The king's reversal in the classical chess problem?

Question

I was talking to my math teacher about the classical problem where the king loses a chess match against a peasent and he is asked to give him $2^n$ grains for the $n$'th square (where the squares are numbered $1$ through $64$).This seems to be a classical example of the power of exponentiation.

However my teacher tells me there is a reversal of this problem where the king tells him that he will go further and pretend as if the board was infinite. The peasent agrees being very greedy, but apparently this is bad for the peasent?

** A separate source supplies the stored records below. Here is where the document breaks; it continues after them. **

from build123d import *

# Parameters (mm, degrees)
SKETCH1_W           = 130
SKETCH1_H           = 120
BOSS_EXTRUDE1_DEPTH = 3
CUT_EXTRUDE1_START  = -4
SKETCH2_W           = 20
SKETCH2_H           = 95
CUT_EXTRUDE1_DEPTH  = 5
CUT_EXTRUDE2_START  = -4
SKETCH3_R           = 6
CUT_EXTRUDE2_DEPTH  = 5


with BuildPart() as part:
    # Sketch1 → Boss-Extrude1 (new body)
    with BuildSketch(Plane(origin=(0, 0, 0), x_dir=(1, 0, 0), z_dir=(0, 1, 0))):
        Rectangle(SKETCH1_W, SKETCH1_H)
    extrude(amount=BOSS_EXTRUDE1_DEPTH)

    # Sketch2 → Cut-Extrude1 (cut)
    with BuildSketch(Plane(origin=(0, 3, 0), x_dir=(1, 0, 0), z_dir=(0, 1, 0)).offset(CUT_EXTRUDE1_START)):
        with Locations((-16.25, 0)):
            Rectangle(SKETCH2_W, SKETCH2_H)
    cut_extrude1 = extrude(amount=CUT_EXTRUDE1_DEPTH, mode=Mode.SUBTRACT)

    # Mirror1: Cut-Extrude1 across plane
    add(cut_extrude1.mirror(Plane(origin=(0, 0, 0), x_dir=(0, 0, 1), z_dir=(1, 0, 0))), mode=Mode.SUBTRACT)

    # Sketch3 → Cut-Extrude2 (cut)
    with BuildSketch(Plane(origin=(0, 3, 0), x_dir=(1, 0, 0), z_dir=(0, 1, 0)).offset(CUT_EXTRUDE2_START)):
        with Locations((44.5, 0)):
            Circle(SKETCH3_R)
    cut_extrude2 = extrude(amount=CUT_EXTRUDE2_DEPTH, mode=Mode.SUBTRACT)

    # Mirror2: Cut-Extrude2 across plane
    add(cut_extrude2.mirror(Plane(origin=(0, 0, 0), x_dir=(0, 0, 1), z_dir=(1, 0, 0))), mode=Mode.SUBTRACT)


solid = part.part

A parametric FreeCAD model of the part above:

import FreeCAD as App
import Part
import Sketcher
Q = App.Units.Quantity

doc = App.newDocument("Part")
body = doc.addObject("PartDesign::Body", "Body")

sketch1 = body.newObject("Sketcher::SketchObject", "Sketch")
sketch1.AttachmentSupport = (doc.getObject("XZ_Plane"), [""])
sketch1.MapMode = "FlatFace"
sketch1.addGeometry([
    Part.LineSegment(App.Vector(-65, -60, 0), App.Vector(-65, 60, 0)),
    Part.LineSegment(App.Vector(-65, 60, 0), App.Vector(65, 60, 0)),
    Part.LineSegment(App.Vector(65, 60, 0), App.Vector(65, -60, 0)),
    Part.LineSegment(App.Vector(65, -60, 0), App.Vector(-65, -60, 0)),
], False)
sketch1.addConstraint([
    Sketcher.Constraint("Coincident", 0, 2, 1, 1),
    Sketcher.Constraint("Coincident", 1, 2, 2, 1),
    Sketcher.Constraint("Coincident", 2, 2, 3, 1),
    Sketcher.Constraint("Coincident", 3, 2, 0, 1),
    Sketcher.Constraint("Vertical", 0),
    Sketcher.Constraint("Horizontal", 1),
    Sketcher.Constraint("Vertical", 2),
    Sketcher.Constraint("Horizontal", 3),
    Sketcher.Constraint("Symmetric", 0, 2, 2, 2, -1, 1),
    Sketcher.Constraint("DistanceX", 1, 1, 1, 2, Q("130 mm")),
    Sketcher.Constraint("DistanceY", 0, 1, 0, 2, Q("120 mm")),
])
pad1 = body.newObject("PartDesign::Pad", "Pad")
pad1.Profile = sketch1
pad1.Length = 3
pad1.Reversed = True

sketch2 = body.newObject("Sketcher::SketchObject", "Sketch001")
sketch2.AttachmentSupport = (doc.getObject("XZ_Plane"), [""])
sketch2.MapMode = "FlatFace"
sketch2.AttachmentOffset = App.Placement(App.Vector(0, 0, 1), App.Rotation())
sketch2.addGeometry([
    Part.LineSegment(App.Vector(-26, -48, 0), App.Vector(-26, 48, 0)),
    Part.LineSegment(App.Vector(-26, 48, 0), App.Vector(-6, 48, 0)),
    Part.LineSegment(App.Vector(-6, 48, 0), App.Vector(-6, -48, 0)),
    Part.LineSegment(App.Vector(-6, -48, 0), App.Vector(-26, -48, 0)),
], False)
sketch2.addConstraint([
    Sketcher.Constraint("Coincident", 0, 2, 1, 1),
    Sketcher.Constraint("Coincident", 1, 2, 2, 1),
    Sketcher.Constraint("Coincident", 2, 2, 3, 1),
    Sketcher.Constraint("Coincident", 3, 2, 0, 1),
    Sketcher.Constraint("Vertical", 0),
    Sketcher.Constraint("Horizontal", 1),
    Sketcher.Constraint("Vertical", 2),
    Sketcher.Constraint("Horizontal", 3),
    Sketcher.Constraint("DistanceX", 1, 1, 1, 2, Q("20 mm")),
    Sketcher.Constraint("DistanceY", 0, 1, 0, 2, Q("95 mm")),
    Sketcher.Constraint("DistanceY", -1, 1, 0, 2, Q("47.5 mm")),
    Sketcher.Constraint("DistanceX", 0, 2, -1, 1, Q("26.25 mm")),
])
pocket1 = body.newObject("PartDesign::Pocket", "Pocket")
pocket1.Profile = sketch2
pocket1.Length = 5
doc.recompute()

mirrored = body.newObject("PartDesign::Mirrored", "Mirrored")
mirrored.Originals = [pocket1]
mirrored.MirrorPlane = (doc.getObject("YZ_Plane"), [""])
body.Tip = mirrored

sketch3 = body.newObject("Sketcher::SketchObject", "Sketch002")
sketch3.AttachmentSupport = (doc.getObject("XZ_Plane"), [""])
sketch3.MapMode = "FlatFace"
sketch3.AttachmentOffset = App.Placement(App.Vector(0, 0, 1), App.Rotation())
sketch3.addGeometry(Part.Circle(App.Vector(44, 0, 0), App.Vector(0, 0, 1), 6), False)
sketch3.addConstraint([
    Sketcher.Constraint("PointOnObject", 0, 3, -1),
    Sketcher.Constraint("Diameter", 0, Q("12 mm")),
    Sketcher.Constraint("DistanceX", -1, 1, 0, 3, Q("44.5 mm")),
])
pocket2 = body.newObject("PartDesign::Pocket", "Pocket001")
pocket2.Profile = sketch3
pocket2.Length = 5
doc.recompute()

mirrored2 = body.newObject("PartDesign::Mirrored", "Mirrored001")
mirrored2.Originals = [pocket2]
mirrored2.MirrorPlane = (doc.getObject("YZ_Plane"), [""])
body.Tip = mirrored2

doc.recompute()
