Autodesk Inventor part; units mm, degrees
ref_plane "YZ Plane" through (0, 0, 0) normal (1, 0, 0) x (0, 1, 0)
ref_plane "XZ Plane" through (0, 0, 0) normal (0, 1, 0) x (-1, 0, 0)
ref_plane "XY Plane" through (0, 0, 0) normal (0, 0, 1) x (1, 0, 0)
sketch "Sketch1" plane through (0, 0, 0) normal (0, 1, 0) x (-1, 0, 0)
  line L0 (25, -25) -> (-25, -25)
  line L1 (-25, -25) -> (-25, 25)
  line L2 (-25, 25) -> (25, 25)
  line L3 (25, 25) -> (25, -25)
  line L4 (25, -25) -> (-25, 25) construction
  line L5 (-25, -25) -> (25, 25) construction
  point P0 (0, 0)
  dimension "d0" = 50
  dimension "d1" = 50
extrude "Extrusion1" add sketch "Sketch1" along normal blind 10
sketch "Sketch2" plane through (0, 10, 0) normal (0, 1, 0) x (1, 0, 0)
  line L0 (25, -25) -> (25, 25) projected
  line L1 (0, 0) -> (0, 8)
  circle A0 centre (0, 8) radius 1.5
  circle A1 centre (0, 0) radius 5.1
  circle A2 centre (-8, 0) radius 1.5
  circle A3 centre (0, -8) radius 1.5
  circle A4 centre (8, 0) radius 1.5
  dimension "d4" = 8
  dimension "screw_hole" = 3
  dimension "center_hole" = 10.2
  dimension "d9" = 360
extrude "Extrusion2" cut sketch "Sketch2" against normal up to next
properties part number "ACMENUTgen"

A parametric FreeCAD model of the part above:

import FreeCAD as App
import Part
import Sketcher
from FreeCAD import Vector


def add_polygon(sketch, points):
    """Adds a closed chain of lines whose ends are joined by coincident constraints."""
    first, n = sketch.GeometryCount, len(points)
    for a, b in zip(points, points[1:] + points[:1]):
        sketch.addGeometry(Part.LineSegment(App.Vector(*a, 0), App.Vector(*b, 0)), False)
    for i in range(n):
        sketch.addConstraint(Sketcher.Constraint("Coincident", first + i, 2, first + (i + 1) % n, 1))

doc = App.newDocument("Part")
body = doc.addObject("PartDesign::Body", "Body")

# Sketch on XZ plane
sketch1 = body.newObject("Sketcher::SketchObject", "Sketch")
sketch1.AttachmentSupport = (doc.getObject("XZ_Plane"), [""])
sketch1.MapMode = "FlatFace"
add_polygon(sketch1, [(25, -25), (-25, -25), (-25, 25), (25, 25)])  # lines 0-3
sketch1.addConstraint([
    Sketcher.Constraint("Horizontal", 0),
    Sketcher.Constraint("Vertical", 1),
    Sketcher.Constraint("Horizontal", 2),
    Sketcher.Constraint("Vertical", 3),
    Sketcher.Constraint("Symmetric", 0, 2, 2, 2, -1, 1),
    Sketcher.Constraint("Equal", 2, 1),
    Sketcher.Constraint("DistanceX", 0, 2, 0, 1, 50.0),
])
pad1 = body.newObject("PartDesign::Pad", "Pad")
pad1.Profile = sketch1
pad1.Length = 10
pad1.Reversed = True

# Sketch on XZ plane
sketch2 = body.newObject("Sketcher::SketchObject", "Sketch001")
sketch2.AttachmentSupport = (doc.getObject("XZ_Plane"), [""])
sketch2.MapMode = "FlatFace"
sketch2.AttachmentOffset = App.Placement(Vector(0, 0, -10), App.Rotation())
sketch2.addGeometry([
    Part.Circle(Vector(0, -8, 0), Vector(0, 0, 1), 1.5),  # 0
    Part.Circle(Vector(0, 0, 0), Vector(0, 0, 1), 5.1),  # 1
    Part.Circle(Vector(-8, 0, 0), Vector(0, 0, 1), 1.5),  # 2
    Part.Circle(Vector(0, 8, 0), Vector(0, 0, 1), 1.5),  # 3
    Part.Circle(Vector(8, 0, 0), Vector(0, 0, 1), 1.5),  # 4
], False)
sketch2.addConstraint([
    Sketcher.Constraint("Coincident", 1, 3, -1, 1),
    Sketcher.Constraint("Equal", 0, 2),
    Sketcher.Constraint("Equal", 2, 3),
    Sketcher.Constraint("Equal", 3, 4),
    Sketcher.Constraint("Symmetric", 0, 3, 3, 3, -1, 1),
    Sketcher.Constraint("Symmetric", 2, 3, 4, 3, -1, 1),
    Sketcher.Constraint("PointOnObject", 0, 3, -2),
    Sketcher.Constraint("PointOnObject", 2, 3, -1),
    Sketcher.Constraint("Diameter", 0, 3.0),
    Sketcher.Constraint("Diameter", 1, 10.2),
    Sketcher.Constraint("DistanceY", 0, 3, -1, 1, 8.0),
    Sketcher.Constraint("DistanceX", 2, 3, -1, 1, 8.0),
])
pocket1 = body.newObject("PartDesign::Pocket", "Pocket")
pocket1.Profile = sketch2
pocket1.Type = "UpToFirst"
pocket1.Reversed = True

doc.recompute()
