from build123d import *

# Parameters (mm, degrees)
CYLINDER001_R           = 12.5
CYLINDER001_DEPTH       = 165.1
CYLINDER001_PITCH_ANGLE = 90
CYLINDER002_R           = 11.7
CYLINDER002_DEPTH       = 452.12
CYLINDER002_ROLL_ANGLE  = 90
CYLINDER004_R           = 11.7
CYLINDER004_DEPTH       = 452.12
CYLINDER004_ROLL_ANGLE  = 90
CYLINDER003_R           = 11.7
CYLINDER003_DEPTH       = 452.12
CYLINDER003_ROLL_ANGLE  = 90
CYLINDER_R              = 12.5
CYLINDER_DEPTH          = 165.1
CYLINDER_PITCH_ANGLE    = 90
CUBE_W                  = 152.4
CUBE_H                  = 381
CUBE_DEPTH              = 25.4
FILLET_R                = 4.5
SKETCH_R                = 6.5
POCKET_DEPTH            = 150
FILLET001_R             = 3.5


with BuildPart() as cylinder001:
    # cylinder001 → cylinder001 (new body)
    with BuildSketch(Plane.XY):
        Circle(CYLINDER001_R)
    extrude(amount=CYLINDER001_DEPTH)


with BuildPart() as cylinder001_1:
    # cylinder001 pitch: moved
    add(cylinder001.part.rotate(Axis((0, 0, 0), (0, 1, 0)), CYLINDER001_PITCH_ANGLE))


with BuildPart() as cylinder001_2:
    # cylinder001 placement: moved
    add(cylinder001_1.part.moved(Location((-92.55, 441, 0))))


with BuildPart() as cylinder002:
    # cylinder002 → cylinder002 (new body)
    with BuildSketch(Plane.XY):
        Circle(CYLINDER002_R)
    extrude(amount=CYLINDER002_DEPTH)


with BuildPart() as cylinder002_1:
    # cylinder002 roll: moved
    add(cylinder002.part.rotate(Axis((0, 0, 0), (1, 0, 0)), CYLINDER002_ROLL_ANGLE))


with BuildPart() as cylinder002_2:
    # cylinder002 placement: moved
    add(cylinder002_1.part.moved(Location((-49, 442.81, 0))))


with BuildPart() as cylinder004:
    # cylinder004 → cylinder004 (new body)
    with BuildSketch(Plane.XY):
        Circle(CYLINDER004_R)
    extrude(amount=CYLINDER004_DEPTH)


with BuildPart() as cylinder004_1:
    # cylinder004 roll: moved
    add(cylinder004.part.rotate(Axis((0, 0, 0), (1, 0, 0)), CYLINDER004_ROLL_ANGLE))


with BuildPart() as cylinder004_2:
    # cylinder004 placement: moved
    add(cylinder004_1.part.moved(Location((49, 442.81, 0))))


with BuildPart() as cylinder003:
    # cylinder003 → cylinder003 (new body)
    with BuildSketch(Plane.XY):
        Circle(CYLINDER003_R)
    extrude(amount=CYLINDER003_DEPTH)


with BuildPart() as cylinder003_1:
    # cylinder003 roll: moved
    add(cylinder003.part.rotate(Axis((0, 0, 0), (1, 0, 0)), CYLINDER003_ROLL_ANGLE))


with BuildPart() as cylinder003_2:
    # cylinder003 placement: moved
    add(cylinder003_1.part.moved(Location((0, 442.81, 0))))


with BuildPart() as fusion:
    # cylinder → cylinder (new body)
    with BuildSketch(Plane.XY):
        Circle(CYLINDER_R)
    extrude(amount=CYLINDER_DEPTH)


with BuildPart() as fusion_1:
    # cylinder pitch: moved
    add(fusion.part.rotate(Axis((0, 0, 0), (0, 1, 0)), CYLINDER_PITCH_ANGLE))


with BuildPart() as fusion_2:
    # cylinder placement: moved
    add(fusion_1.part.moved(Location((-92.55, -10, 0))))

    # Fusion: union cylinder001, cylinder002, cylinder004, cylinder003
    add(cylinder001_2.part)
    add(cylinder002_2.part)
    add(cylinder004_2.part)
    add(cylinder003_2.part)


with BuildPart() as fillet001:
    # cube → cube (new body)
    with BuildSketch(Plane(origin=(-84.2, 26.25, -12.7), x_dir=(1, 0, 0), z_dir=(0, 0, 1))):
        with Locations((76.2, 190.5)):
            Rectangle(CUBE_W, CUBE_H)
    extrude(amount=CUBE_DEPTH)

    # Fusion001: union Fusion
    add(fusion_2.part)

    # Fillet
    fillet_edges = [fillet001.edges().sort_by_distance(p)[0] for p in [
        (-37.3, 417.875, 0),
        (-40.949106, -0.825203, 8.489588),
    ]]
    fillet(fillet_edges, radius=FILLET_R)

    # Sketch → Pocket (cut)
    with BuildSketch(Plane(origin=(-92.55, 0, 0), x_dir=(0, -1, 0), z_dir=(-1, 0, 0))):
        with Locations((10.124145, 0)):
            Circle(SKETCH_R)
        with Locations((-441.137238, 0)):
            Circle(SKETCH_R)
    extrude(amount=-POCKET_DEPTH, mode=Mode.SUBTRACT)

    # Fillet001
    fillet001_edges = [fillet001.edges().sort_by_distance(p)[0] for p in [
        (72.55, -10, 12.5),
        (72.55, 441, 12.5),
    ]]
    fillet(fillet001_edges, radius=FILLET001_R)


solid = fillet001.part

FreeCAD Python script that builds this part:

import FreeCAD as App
import Part
import Sketcher
Q = App.Units.Quantity


def edges_at(feature, points):
    """Names of the edges that pass closest to the given points."""
    edges = feature.Shape.Edges
    near = lambda p: min(range(len(edges)), key=lambda i: edges[i].distToShape(Part.Vertex(*p))[0])
    return sorted({f"Edge{near(p) + 1}" for p in points})

doc = App.newDocument("Part")
body = doc.addObject("PartDesign::Body", "Body")

sketch1 = body.newObject("Sketcher::SketchObject", "Sketch")
sketch1.AttachmentSupport = (doc.getObject("XY_Plane"), [""])
sketch1.MapMode = "FlatFace"
sketch1.addGeometry(Part.Circle(App.Vector(0, 0, 0), App.Vector(0, 0, 1), 12), False)
sketch1.addConstraint([
    Sketcher.Constraint("Coincident", 0, 3, -1, 1),
    Sketcher.Constraint("Diameter", 0, Q("25 mm")),
])
pad1 = body.newObject("PartDesign::Pad", "Pad")
pad1.Profile = sketch1
pad1.Length = 165.1
body2 = doc.addObject("PartDesign::Body", "Body001")
doc.recompute()

body.Placement = App.Placement(App.Vector(0, 0, 0), App.Rotation(App.Vector(0, 1, 0), 90))
boolean = body2.newObject("PartDesign::Boolean", "Boolean")
boolean.Type = "Fuse"
boolean.addObjects([body])
body3 = doc.addObject("PartDesign::Body", "Body002")
doc.recompute()

body2.Placement = App.Placement(App.Vector(-92.55, 441, 0), App.Rotation(App.Vector(0, 0, 1), 0))
boolean2 = body3.newObject("PartDesign::Boolean", "Boolean001")
boolean2.Type = "Fuse"
boolean2.addObjects([body2])
body4 = doc.addObject("PartDesign::Body", "Body003")

sketch2 = body4.newObject("Sketcher::SketchObject", "Sketch001")
sketch2.AttachmentSupport = (doc.getObject("XY_Plane003"), [""])
sketch2.MapMode = "FlatFace"
sketch2.addGeometry(Part.Circle(App.Vector(0, 0, 0), App.Vector(0, 0, 1), 12), False)
sketch2.addConstraint([
    Sketcher.Constraint("Coincident", 0, 3, -1, 1),
    Sketcher.Constraint("Diameter", 0, Q("23.4 mm")),
])
pad2 = body4.newObject("PartDesign::Pad", "Pad001")
pad2.Profile = sketch2
pad2.Length = 452.12
body5 = doc.addObject("PartDesign::Body", "Body004")
doc.recompute()

body4.Placement = App.Placement(App.Vector(0, 0, 0), App.Rotation(App.Vector(1, 0, 0), 90))
boolean3 = body5.newObject("PartDesign::Boolean", "Boolean002")
boolean3.Type = "Fuse"
boolean3.addObjects([body4])
body6 = doc.addObject("PartDesign::Body", "Body005")
doc.recompute()

body5.Placement = App.Placement(App.Vector(-49, 442.81, 0), App.Rotation(App.Vector(0, 0, 1), 0))
boolean4 = body6.newObject("PartDesign::Boolean", "Boolean003")
boolean4.Type = "Fuse"
boolean4.addObjects([body5])
body7 = doc.addObject("PartDesign::Body", "Body006")

sketch3 = body7.newObject("Sketcher::SketchObject", "Sketch002")
sketch3.AttachmentSupport = (doc.getObject("XY_Plane006"), [""])
sketch3.MapMode = "FlatFace"
sketch3.addGeometry(Part.Circle(App.Vector(0, 0, 0), App.Vector(0, 0, 1), 12), False)
sketch3.addConstraint([
    Sketcher.Constraint("Coincident", 0, 3, -1, 1),
    Sketcher.Constraint("Diameter", 0, Q("23.4 mm")),
])
pad3 = body7.newObject("PartDesign::Pad", "Pad002")
pad3.Profile = sketch3
pad3.Length = 452.12
body8 = doc.addObject("PartDesign::Body", "Body007")
doc.recompute()

body7.Placement = App.Placement(App.Vector(0, 0, 0), App.Rotation(App.Vector(1, 0, 0), 90))
boolean5 = body8.newObject("PartDesign::Boolean", "Boolean004")
boolean5.Type = "Fuse"
boolean5.addObjects([body7])
body9 = doc.addObject("PartDesign::Body", "Body008")
doc.recompute()

body8.Placement = App.Placement(App.Vector(49, 442.81, 0), App.Rotation(App.Vector(0, 0, 1), 0))
boolean6 = body9.newObject("PartDesign::Boolean", "Boolean005")
boolean6.Type = "Fuse"
boolean6.addObjects([body8])
body10 = doc.addObject("PartDesign::Body", "Body009")

sketch4 = body10.newObject("Sketcher::SketchObject", "Sketch003")
sketch4.AttachmentSupport = (doc.getObject("XY_Plane009"), [""])
sketch4.MapMode = "FlatFace"
sketch4.addGeometry(Part.Circle(App.Vector(0, 0, 0), App.Vector(0, 0, 1), 12), False)
sketch4.addConstraint([
    Sketcher.Constraint("Coincident", 0, 3, -1, 1),
    Sketcher.Constraint("Diameter", 0, Q("23.4 mm")),
])
pad4 = body10.newObject("PartDesign::Pad", "Pad003")
pad4.Profile = sketch4
pad4.Length = 452.12
body11 = doc.addObject("PartDesign::Body", "Body010")
doc.recompute()

body10.Placement = App.Placement(App.Vector(0, 0, 0), App.Rotation(App.Vector(1, 0, 0), 90))
boolean7 = body11.newObject("PartDesign::Boolean", "Boolean006")
boolean7.Type = "Fuse"
boolean7.addObjects([body10])
body12 = doc.addObject("PartDesign::Body", "Body011")
doc.recompute()

body11.Placement = App.Placement(App.Vector(0, 442.81, 0), App.Rotation(App.Vector(0, 0, 1), 0))
boolean8 = body12.newObject("PartDesign::Boolean", "Boolean007")
boolean8.Type = "Fuse"
boolean8.addObjects([body11])
body13 = doc.addObject("PartDesign::Body", "Body012")

sketch5 = body13.newObject("Sketcher::SketchObject", "Sketch004")
sketch5.AttachmentSupport = (doc.getObject("XY_Plane012"), [""])
sketch5.MapMode = "FlatFace"
sketch5.addGeometry(Part.Circle(App.Vector(0, 0, 0), App.Vector(0, 0, 1), 12), False)
sketch5.addConstraint([
    Sketcher.Constraint("Coincident", 0, 3, -1, 1),
    Sketcher.Constraint("Diameter", 0, Q("25 mm")),
])
pad5 = body13.newObject("PartDesign::Pad", "Pad004")
pad5.Profile = sketch5
pad5.Length = 165.1
body14 = doc.addObject("PartDesign::Body", "Body013")
doc.recompute()

body13.Placement = App.Placement(App.Vector(0, 0, 0), App.Rotation(App.Vector(0, 1, 0), 90))
boolean9 = body14.newObject("PartDesign::Boolean", "Boolean008")
boolean9.Type = "Fuse"
boolean9.addObjects([body13])
body15 = doc.addObject("PartDesign::Body", "Body014")
body15.AllowCompound = True
doc.recompute()

body14.Placement = App.Placement(App.Vector(-92.55, -10, 0), App.Rotation(App.Vector(0, 0, 1), 0))
boolean10 = body15.newObject("PartDesign::Boolean", "Boolean009")
boolean10.Type = "Fuse"
boolean10.addObjects([body14])
doc.recompute()

boolean11 = body15.newObject("PartDesign::Boolean", "Boolean010")
boolean11.Type = "Fuse"
boolean11.addObjects([body3])
doc.recompute()

boolean12 = body15.newObject("PartDesign::Boolean", "Boolean011")
boolean12.Type = "Fuse"
boolean12.addObjects([body6])
doc.recompute()

boolean13 = body15.newObject("PartDesign::Boolean", "Boolean012")
boolean13.Type = "Fuse"
boolean13.addObjects([body9])
doc.recompute()

boolean14 = body15.newObject("PartDesign::Boolean", "Boolean013")
boolean14.Type = "Fuse"
boolean14.addObjects([body12])
body16 = doc.addObject("PartDesign::Body", "Body015")

sketch6 = body16.newObject("Sketcher::SketchObject", "Sketch005")
sketch6.AttachmentSupport = (doc.getObject("XY_Plane015"), [""])
sketch6.MapMode = "FlatFace"
sketch6.AttachmentOffset = App.Placement(App.Vector(0, 0, -12.7), App.Rotation())
sketch6.addGeometry([
    Part.LineSegment(App.Vector(-84, 407, 0), App.Vector(-84, 26, 0)),
    Part.LineSegment(App.Vector(-84, 26, 0), App.Vector(68, 26, 0)),
    Part.LineSegment(App.Vector(68, 26, 0), App.Vector(68, 407, 0)),
    Part.LineSegment(App.Vector(68, 407, 0), App.Vector(-84, 407, 0)),
], False)
sketch6.addConstraint([
    Sketcher.Constraint("Coincident", 0, 2, 1, 1),
    Sketcher.Constraint("Coincident", 1, 2, 2, 1),
    Sketcher.Constraint("Coincident", 2, 2, 3, 1),
    Sketcher.Constraint("Coincident", 3, 2, 0, 1),
    Sketcher.Constraint("Vertical", 0),
    Sketcher.Constraint("Horizontal", 1),
    Sketcher.Constraint("Vertical", 2),
    Sketcher.Constraint("Horizontal", 3),
    Sketcher.Constraint("DistanceY", 0, 2, 0, 1, Q("381 mm")),
    Sketcher.Constraint("DistanceX", 1, 1, 1, 2, Q("152.4 mm")),
    Sketcher.Constraint("DistanceX", 0, 2, -1, 1, Q("84.2 mm")),
    Sketcher.Constraint("DistanceY", -1, 1, 0, 2, Q("26.25 mm")),
])
pad6 = body16.newObject("PartDesign::Pad", "Pad005")
pad6.Profile = sketch6
pad6.Length = 25.4
doc.recompute()

boolean15 = body16.newObject("PartDesign::Boolean", "Boolean014")
boolean15.Type = "Fuse"
boolean15.addObjects([body15])
doc.recompute()

fillet = body16.newObject("PartDesign::Fillet", "Fillet")
fillet.Base = (boolean15, edges_at(boolean15, [(-37.3, 417.875, 0), (-60.7, 2.5, 0)]))
fillet.Radius = 4.5

sketch7 = body16.newObject("Sketcher::SketchObject", "Sketch006")
sketch7.AttachmentSupport = (doc.getObject("YZ_Plane015"), [""])
sketch7.MapMode = "FlatFace"
sketch7.AttachmentOffset = App.Placement(App.Vector(0, 0, -92.55), App.Rotation())
sketch7.addGeometry([
    Part.Circle(App.Vector(-10, 0, 0), App.Vector(0, 0, 1), 6),
    Part.Circle(App.Vector(441, 0, 0), App.Vector(0, 0, 1), 6),
], False)
sketch7.addConstraint([
    Sketcher.Constraint("Equal", 0, 1),
    Sketcher.Constraint("PointOnObject", 0, 3, -1),
    Sketcher.Constraint("PointOnObject", 1, 3, -1),
    Sketcher.Constraint("Diameter", 0, Q("13 mm")),
    Sketcher.Constraint("DistanceX", -1, 1, 1, 3, Q("441.137238 mm")),
    Sketcher.Constraint("DistanceX", 0, 3, -1, 1, Q("10.124145 mm")),
])
pocket1 = body16.newObject("PartDesign::Pocket", "Pocket")
pocket1.Profile = sketch7
pocket1.Length = 150
pocket1.Reversed = True
doc.recompute()

fillet2 = body16.newObject("PartDesign::Fillet", "Fillet001")
fillet2.Base = (pocket1, edges_at(pocket1, [(72.55, -10, 12.5), (72.55, 441, 12.5)]))
fillet2.Radius = 3.5

doc.recompute()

I am confused here, did I understand incorrectly, why is this good for the King?

Answer 1

If the field-to-field factor is $x$ (instead of $2$), the total number of grains for $n$ fields is $\frac{x^{n+1}-1}{x-1}$. If $|x|<1$ and we let $n$ grow to infinity, this value approaches $\frac1{1-x}$. So if we abuse(!) this limit result and apply it also for the case at hand, i.e. with $x=2$, then there should be $\frac1{1-2}=-1$ grains on an infinite chess board - the peasent owes the king one grain.

Another reason to justify the result: If we assume all grains placed and then double the content of each field, and then prepend the infinite board with a single field with one grain on it, we obtain the original situation. Hence the number of grains must be a solution of $2\cdot N+1=N$. The only finite solution is indeed $N=-1$.

Answer 2

Consider the Binary Kingdom, where by royal decree, binary computers are the ultimate source of truth for mathematical disputes. Every calculation must be performed using $n$-bit registers for some $n$. If two subjects disagree on a calculation because they used a different number of bits, then the subject who used more bits wins in court.

In this kingdom, $1+2+4+\cdots+2^{63}=2^{64}-1$ is a large amount of grain indeed. Someone operating with fewer than $64$ or fewer bits cannot tell the difference between this number and $-1$, but anyone with at least $65$ bits is aware of its enormity.

On the other hand, the infinite sum $1+2+4+\cdots$ equals $-1$ using any number of bits. So the court exchequer may claim that the peasant owes the king one grain, and the peasant cannot prove otherwise!

This kingdom has effectively mandated that $2$-adic numbers are the default setting for arithmetic. The court, by declaring that the subject with the most bits wins, is performing an inverse limit over their calculations. In the $2$-adic norm, we indeed have $|2|_2=\frac12<1$, so the geometric series converges. Unfortunately, there is no good ordering of the entire set of $2$-adic numbers, so economic jurisprudence in this kingdom is going to become pretty thorny when infinite transactions are allowed. Who can be held responsible for settling a debt if the amount is neither positive nor negative?

In modern civil society, we mostly prefer the real numbers, which have a nice ordering. Of course, in the real numbers, the infinite series $1+2+4+\cdots$ diverges. An aggressive resummation method would be needed to produce the value $-1$, such as analytic continuation of the function defined by the power series $1+2x+4x^2+\cdots$ to $x=1$.